• _EXERCISE PROMPT_:
Give back exactly the lines of the data below, starting with the line that has "v11 (160.284259,15,246.401333)" and going on through the line that has "v19 (66.429363,15,-43.598667)".

• _DATA RECORDS_:
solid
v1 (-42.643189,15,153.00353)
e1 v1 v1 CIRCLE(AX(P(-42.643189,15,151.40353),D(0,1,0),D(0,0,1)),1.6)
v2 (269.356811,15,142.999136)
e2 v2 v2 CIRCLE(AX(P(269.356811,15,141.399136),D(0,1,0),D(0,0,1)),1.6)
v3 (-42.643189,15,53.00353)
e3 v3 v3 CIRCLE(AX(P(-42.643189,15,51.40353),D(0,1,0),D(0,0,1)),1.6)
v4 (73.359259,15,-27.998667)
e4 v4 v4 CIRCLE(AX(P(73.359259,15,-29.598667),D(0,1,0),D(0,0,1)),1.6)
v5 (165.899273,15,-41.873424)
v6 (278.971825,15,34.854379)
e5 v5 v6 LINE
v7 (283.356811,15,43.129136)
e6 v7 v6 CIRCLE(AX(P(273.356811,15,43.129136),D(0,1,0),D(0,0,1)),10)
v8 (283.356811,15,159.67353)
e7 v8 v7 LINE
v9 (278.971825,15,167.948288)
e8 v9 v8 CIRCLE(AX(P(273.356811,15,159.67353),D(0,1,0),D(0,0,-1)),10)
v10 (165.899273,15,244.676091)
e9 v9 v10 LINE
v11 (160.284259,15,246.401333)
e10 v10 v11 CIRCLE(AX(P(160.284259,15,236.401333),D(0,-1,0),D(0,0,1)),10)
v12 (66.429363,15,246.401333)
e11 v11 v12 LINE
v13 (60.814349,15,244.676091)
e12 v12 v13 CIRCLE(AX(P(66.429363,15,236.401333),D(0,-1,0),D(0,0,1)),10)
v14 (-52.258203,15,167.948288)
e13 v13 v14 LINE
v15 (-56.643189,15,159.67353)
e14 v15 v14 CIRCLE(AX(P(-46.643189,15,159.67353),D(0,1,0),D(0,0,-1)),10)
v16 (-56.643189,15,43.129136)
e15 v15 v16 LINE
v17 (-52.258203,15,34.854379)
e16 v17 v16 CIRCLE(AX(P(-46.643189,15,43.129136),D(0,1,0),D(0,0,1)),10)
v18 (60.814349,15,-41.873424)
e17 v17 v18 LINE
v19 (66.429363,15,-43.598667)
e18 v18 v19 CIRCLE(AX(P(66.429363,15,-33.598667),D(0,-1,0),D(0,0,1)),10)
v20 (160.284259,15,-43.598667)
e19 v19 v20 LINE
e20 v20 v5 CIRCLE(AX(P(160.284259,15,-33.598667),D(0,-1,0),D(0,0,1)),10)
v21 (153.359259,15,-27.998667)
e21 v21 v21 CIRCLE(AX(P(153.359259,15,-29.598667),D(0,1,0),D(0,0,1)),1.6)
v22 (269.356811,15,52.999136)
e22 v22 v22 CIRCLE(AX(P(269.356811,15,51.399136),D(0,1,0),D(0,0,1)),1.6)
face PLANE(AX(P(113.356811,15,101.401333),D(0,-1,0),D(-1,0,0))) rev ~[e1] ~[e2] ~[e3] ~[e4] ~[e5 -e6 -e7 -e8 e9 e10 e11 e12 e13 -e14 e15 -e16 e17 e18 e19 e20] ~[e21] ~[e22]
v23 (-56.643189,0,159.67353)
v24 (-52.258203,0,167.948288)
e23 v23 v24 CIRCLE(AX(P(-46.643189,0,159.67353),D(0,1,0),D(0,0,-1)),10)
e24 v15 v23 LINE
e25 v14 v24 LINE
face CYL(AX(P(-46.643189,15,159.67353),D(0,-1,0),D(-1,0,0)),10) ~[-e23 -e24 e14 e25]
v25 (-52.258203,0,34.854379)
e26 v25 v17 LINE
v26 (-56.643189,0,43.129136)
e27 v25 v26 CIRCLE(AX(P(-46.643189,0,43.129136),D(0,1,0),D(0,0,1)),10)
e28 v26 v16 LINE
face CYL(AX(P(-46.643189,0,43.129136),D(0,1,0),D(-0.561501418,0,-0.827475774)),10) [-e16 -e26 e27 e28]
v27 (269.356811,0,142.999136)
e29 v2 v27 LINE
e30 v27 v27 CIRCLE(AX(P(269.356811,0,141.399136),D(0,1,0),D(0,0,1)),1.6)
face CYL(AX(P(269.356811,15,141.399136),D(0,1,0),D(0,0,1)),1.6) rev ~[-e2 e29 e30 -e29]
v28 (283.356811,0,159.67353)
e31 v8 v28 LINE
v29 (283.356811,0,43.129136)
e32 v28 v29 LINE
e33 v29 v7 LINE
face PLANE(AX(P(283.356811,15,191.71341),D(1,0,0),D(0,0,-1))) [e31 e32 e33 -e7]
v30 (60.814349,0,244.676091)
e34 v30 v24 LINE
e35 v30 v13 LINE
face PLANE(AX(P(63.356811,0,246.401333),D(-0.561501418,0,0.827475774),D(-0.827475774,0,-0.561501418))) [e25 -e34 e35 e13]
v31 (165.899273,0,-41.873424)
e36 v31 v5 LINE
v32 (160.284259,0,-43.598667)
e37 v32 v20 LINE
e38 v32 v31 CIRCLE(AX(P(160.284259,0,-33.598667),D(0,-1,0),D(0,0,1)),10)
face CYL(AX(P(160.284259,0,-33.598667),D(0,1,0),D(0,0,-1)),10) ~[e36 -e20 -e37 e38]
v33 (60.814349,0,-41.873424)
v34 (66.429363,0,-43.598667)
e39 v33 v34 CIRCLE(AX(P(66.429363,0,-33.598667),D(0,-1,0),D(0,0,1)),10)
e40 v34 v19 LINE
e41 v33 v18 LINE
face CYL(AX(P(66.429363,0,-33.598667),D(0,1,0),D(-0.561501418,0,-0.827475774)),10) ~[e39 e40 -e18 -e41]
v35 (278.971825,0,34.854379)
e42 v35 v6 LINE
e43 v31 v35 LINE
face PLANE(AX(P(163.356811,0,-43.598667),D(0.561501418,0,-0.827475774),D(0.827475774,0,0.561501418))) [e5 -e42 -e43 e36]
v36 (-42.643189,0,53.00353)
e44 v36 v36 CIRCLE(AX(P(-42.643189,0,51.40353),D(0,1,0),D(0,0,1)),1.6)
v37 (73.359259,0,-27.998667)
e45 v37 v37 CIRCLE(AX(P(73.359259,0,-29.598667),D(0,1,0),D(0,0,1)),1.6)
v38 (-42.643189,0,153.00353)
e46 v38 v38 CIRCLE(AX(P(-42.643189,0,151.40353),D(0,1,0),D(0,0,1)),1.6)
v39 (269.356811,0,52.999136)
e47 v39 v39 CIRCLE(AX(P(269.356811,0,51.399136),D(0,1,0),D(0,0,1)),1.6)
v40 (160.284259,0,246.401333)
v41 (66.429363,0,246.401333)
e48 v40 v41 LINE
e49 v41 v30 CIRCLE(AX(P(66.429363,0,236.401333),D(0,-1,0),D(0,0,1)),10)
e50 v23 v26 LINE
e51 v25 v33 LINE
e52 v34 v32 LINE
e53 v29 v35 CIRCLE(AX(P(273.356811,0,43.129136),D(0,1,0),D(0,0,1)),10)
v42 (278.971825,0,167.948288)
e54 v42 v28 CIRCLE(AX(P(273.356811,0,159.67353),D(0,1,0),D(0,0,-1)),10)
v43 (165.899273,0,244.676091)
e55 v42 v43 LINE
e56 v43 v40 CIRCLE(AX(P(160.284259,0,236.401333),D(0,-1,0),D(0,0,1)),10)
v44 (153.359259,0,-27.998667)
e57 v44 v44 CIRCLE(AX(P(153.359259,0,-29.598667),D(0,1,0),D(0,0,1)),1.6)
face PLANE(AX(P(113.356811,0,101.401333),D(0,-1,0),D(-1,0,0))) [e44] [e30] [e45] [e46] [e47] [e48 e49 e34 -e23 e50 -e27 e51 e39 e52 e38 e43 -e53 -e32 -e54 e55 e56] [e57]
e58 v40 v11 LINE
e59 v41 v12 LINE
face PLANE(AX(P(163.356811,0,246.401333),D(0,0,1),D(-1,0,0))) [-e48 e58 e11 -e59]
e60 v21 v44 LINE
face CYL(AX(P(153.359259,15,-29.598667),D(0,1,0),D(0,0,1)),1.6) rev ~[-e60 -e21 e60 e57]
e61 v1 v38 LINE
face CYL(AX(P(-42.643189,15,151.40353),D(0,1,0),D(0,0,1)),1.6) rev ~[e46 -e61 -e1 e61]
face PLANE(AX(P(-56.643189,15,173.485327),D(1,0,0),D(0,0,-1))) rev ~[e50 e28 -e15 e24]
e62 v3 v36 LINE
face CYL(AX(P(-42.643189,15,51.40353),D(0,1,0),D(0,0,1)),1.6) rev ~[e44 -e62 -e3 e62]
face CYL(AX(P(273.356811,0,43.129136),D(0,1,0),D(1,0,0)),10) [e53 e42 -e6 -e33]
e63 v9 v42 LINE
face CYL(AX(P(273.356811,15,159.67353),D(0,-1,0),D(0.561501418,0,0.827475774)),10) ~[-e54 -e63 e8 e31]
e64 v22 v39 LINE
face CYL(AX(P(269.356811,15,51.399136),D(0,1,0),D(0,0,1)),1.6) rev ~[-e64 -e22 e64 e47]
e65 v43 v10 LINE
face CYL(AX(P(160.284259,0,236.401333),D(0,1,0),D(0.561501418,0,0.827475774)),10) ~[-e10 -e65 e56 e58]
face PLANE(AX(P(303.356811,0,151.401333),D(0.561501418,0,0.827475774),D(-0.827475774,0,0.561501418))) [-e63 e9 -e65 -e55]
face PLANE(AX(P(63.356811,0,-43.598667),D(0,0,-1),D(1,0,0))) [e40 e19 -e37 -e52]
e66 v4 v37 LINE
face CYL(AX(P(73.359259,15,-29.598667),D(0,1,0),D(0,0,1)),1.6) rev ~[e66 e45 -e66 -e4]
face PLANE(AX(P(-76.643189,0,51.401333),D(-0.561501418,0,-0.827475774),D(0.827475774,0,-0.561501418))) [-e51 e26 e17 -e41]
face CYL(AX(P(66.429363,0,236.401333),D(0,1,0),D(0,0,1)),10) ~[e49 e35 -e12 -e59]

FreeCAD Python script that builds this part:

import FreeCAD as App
import Part
import Sketcher
from FreeCAD import Vector
Q = App.Units.Quantity


def edges_at(feature, points):
    """Names of the edges that pass closest to the given points."""
    edges = feature.Shape.Edges
    near = lambda p: min(range(len(edges)), key=lambda i: edges[i].distToShape(Part.Vertex(*p))[0])
    return sorted({f"Edge{near(p) + 1}" for p in points})

doc = App.newDocument("Part")
body = doc.addObject("PartDesign::Body", "Body")

# Sketch on XZ plane
sketch1 = body.newObject("Sketcher::SketchObject", "Sketch")
sketch1.AttachmentSupport = (doc.getObject("XZ_Plane"), [""])
sketch1.MapMode = "FlatFace"
sketch1.addGeometry(Part.LineSegment(Vector(63, -44, 0), Vector(-77, 51, 0)), False)
sketch1.addGeometry(Part.LineSegment(Vector(-77, 51, 0), Vector(-77, 151, 0)), False)
sketch1.addGeometry(Part.LineSegment(Vector(-77, 151, 0), Vector(63, 246, 0)), False)
sketch1.addGeometry(Part.LineSegment(Vector(63, 246, 0), Vector(163, 246, 0)), False)
sketch1.addGeometry(Part.LineSegment(Vector(163, 246, 0), Vector(303, 151, 0)), False)
sketch1.addGeometry(Part.LineSegment(Vector(303, 151, 0), Vector(303, 51, 0)), False)
sketch1.addGeometry(Part.LineSegment(Vector(303, 51, 0), Vector(163, -44, 0)), False)
sketch1.addGeometry(Part.LineSegment(Vector(163, -44, 0), Vector(63, -44, 0)), False)
sketch1.addConstraint(Sketcher.Constraint("Coincident", 0, 2, 1, 1))
sketch1.addConstraint(Sketcher.Constraint("Coincident", 1, 2, 2, 1))
sketch1.addConstraint(Sketcher.Constraint("Coincident", 2, 2, 3, 1))
sketch1.addConstraint(Sketcher.Constraint("Coincident", 3, 2, 4, 1))
sketch1.addConstraint(Sketcher.Constraint("Coincident", 4, 2, 5, 1))
sketch1.addConstraint(Sketcher.Constraint("Coincident", 5, 2, 6, 1))
sketch1.addConstraint(Sketcher.Constraint("Coincident", 6, 2, 7, 1))
sketch1.addConstraint(Sketcher.Constraint("Coincident", 7, 2, 0, 1))
sketch1.addConstraint(Sketcher.Constraint("Vertical", 1))
sketch1.addConstraint(Sketcher.Constraint("Horizontal", 3))
sketch1.addConstraint(Sketcher.Constraint("Vertical", 5))
sketch1.addConstraint(Sketcher.Constraint("Horizontal", 7))
sketch1.addConstraint(Sketcher.Constraint("Parallel", 0, 4))
sketch1.addConstraint(Sketcher.Constraint("Parallel", 2, 6))
sketch1.addConstraint(Sketcher.Constraint("Horizontal", 1, 2, 4, 2))
sketch1.addConstraint(Sketcher.Constraint("Horizontal", 0, 2, 5, 2))
sketch1.addConstraint(Sketcher.Constraint("Vertical", 3, 2, 6, 2))
sketch1.addConstraint(Sketcher.Constraint("Vertical", 2, 2, 7, 2))
sketch1.addConstraint(Sketcher.Constraint("Equal", 7, 1))
sketch1.addConstraint(Sketcher.Constraint("DistanceX", 3, 1, 3, 2, Q("100 mm")))
sketch1.addConstraint(Sketcher.Constraint("DistanceX", 1, 2, 2, 2, Q("140 mm")))
sketch1.addConstraint(Sketcher.Constraint("DistanceY", 1, 2, 2, 2, Q("95 mm")))
sketch1.addConstraint(Sketcher.Constraint("DistanceX", 0, 2, -1, 1, Q("76.643189 mm")))
sketch1.addConstraint(Sketcher.Constraint("DistanceY", -1, 1, 0, 2, Q("51.401333 mm")))
pad1 = body.newObject("PartDesign::Pad", "Pad")
pad1.Profile = sketch1
pad1.Length = 15
pad1.Reversed = True
doc.recompute()

fillet = body.newObject("PartDesign::Fillet", "Fillet")
fillet.Base = (pad1, edges_at(pad1, [
    (-76.643, 7.5, 51.401),
    (63.357, 7.5, -43.599),
    (163.357, 7.5, -43.599),
    (303.357, 7.5, 51.401),
    (303.357, 7.5, 151.401),
    (163.357, 7.5, 246.401),
    (63.357, 7.5, 246.401),
    (-76.643, 7.5, 151.401),
]))
fillet.Radius = 10

# Sketch on XZ plane
sketch2 = body.newObject("Sketcher::SketchObject", "Sketch001")
sketch2.AttachmentSupport = (doc.getObject("XZ_Plane"), [""])
sketch2.MapMode = "FlatFace"
sketch2.AttachmentOffset = App.Placement(Vector(0, 0, -15), App.Rotation())
sketch2.addGeometry(Part.LineSegment(Vector(-77, 30, 0), Vector(-77, 173, 0)), False)
sketch2.addGeometry(Part.LineSegment(Vector(-77, 173, 0), Vector(-57, 173, 0)), False)
sketch2.addGeometry(Part.LineSegment(Vector(-57, 173, 0), Vector(-57, 30, 0)), False)
sketch2.addGeometry(Part.LineSegment(Vector(-57, 30, 0), Vector(-77, 30, 0)), False)
sketch2.addConstraint(Sketcher.Constraint("Coincident", 0, 2, 1, 1))
sketch2.addConstraint(Sketcher.Constraint("Coincident", 1, 2, 2, 1))
sketch2.addConstraint(Sketcher.Constraint("Coincident", 2, 2, 3, 1))
sketch2.addConstraint(Sketcher.Constraint("Coincident", 3, 2, 0, 1))
sketch2.addConstraint(Sketcher.Constraint("Vertical", 0))
sketch2.addConstraint(Sketcher.Constraint("Horizontal", 1))
sketch2.addConstraint(Sketcher.Constraint("Vertical", 2))
sketch2.addConstraint(Sketcher.Constraint("Horizontal", 3))
sketch2.addConstraint(Sketcher.Constraint("DistanceX", 1, 1, 1, 2, Q("20 mm")))
sketch2.addConstraint(Sketcher.Constraint("DistanceY", 0, 1, 0, 2, Q("143.033455 mm")))
sketch2.addConstraint(Sketcher.Constraint("DistanceX", 0, 2, -1, 1, Q("76.643189 mm")))
sketch2.addConstraint(Sketcher.Constraint("DistanceY", -1, 1, 2, 2, Q("30.451872 mm")))
pocket1 = body.newObject("PartDesign::Pocket", "Pocket")
pocket1.Profile = sketch2
pocket1.Type = "UpToFirst"
pocket1.Reversed = True

# Sketch on XZ plane
sketch3 = body.newObject("Sketcher::SketchObject", "Sketch002")
sketch3.AttachmentSupport = (doc.getObject("XZ_Plane"), [""])
sketch3.MapMode = "FlatFace"
sketch3.AttachmentOffset = App.Placement(Vector(0, 0, -15), App.Rotation())
sketch3.addGeometry(Part.LineSegment(Vector(283, 10, 0), Vector(283, 192, 0)), False)
sketch3.addGeometry(Part.LineSegment(Vector(283, 192, 0), Vector(303, 192, 0)), False)
sketch3.addGeometry(Part.LineSegment(Vector(303, 192, 0), Vector(303, 10, 0)), False)
sketch3.addGeometry(Part.LineSegment(Vector(303, 10, 0), Vector(283, 10, 0)), False)
sketch3.addConstraint(Sketcher.Constraint("Coincident", 0, 2, 1, 1))
sketch3.addConstraint(Sketcher.Constraint("Coincident", 1, 2, 2, 1))
sketch3.addConstraint(Sketcher.Constraint("Coincident", 2, 2, 3, 1))
sketch3.addConstraint(Sketcher.Constraint("Coincident", 3, 2, 0, 1))
sketch3.addConstraint(Sketcher.Constraint("Vertical", 0))
sketch3.addConstraint(Sketcher.Constraint("Horizontal", 1))
sketch3.addConstraint(Sketcher.Constraint("Vertical", 2))
sketch3.addConstraint(Sketcher.Constraint("Horizontal", 3))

• _WRITTEN SOLUTION_:
v11 (160.284259,15,246.401333)
e10 v10 v11 CIRCLE(AX(P(160.284259,15,236.401333),D(0,-1,0),D(0,0,1)),10)
v12 (66.429363,15,246.401333)
e11 v11 v12 LINE
v13 (60.814349,15,244.676091)
e12 v12 v13 CIRCLE(AX(P(66.429363,15,236.401333),D(0,-1,0),D(0,0,1)),10)
v14 (-52.258203,15,167.948288)
e13 v13 v14 LINE
v15 (-56.643189,15,159.67353)
e14 v15 v14 CIRCLE(AX(P(-46.643189,15,159.67353),D(0,1,0),D(0,0,-1)),10)
v16 (-56.643189,15,43.129136)
e15 v15 v16 LINE
v17 (-52.258203,15,34.854379)
e16 v17 v16 CIRCLE(AX(P(-46.643189,15,43.129136),D(0,1,0),D(0,0,1)),10)
v18 (60.814349,15,-41.873424)
e17 v17 v18 LINE
v19 (66.429363,15,-43.598667)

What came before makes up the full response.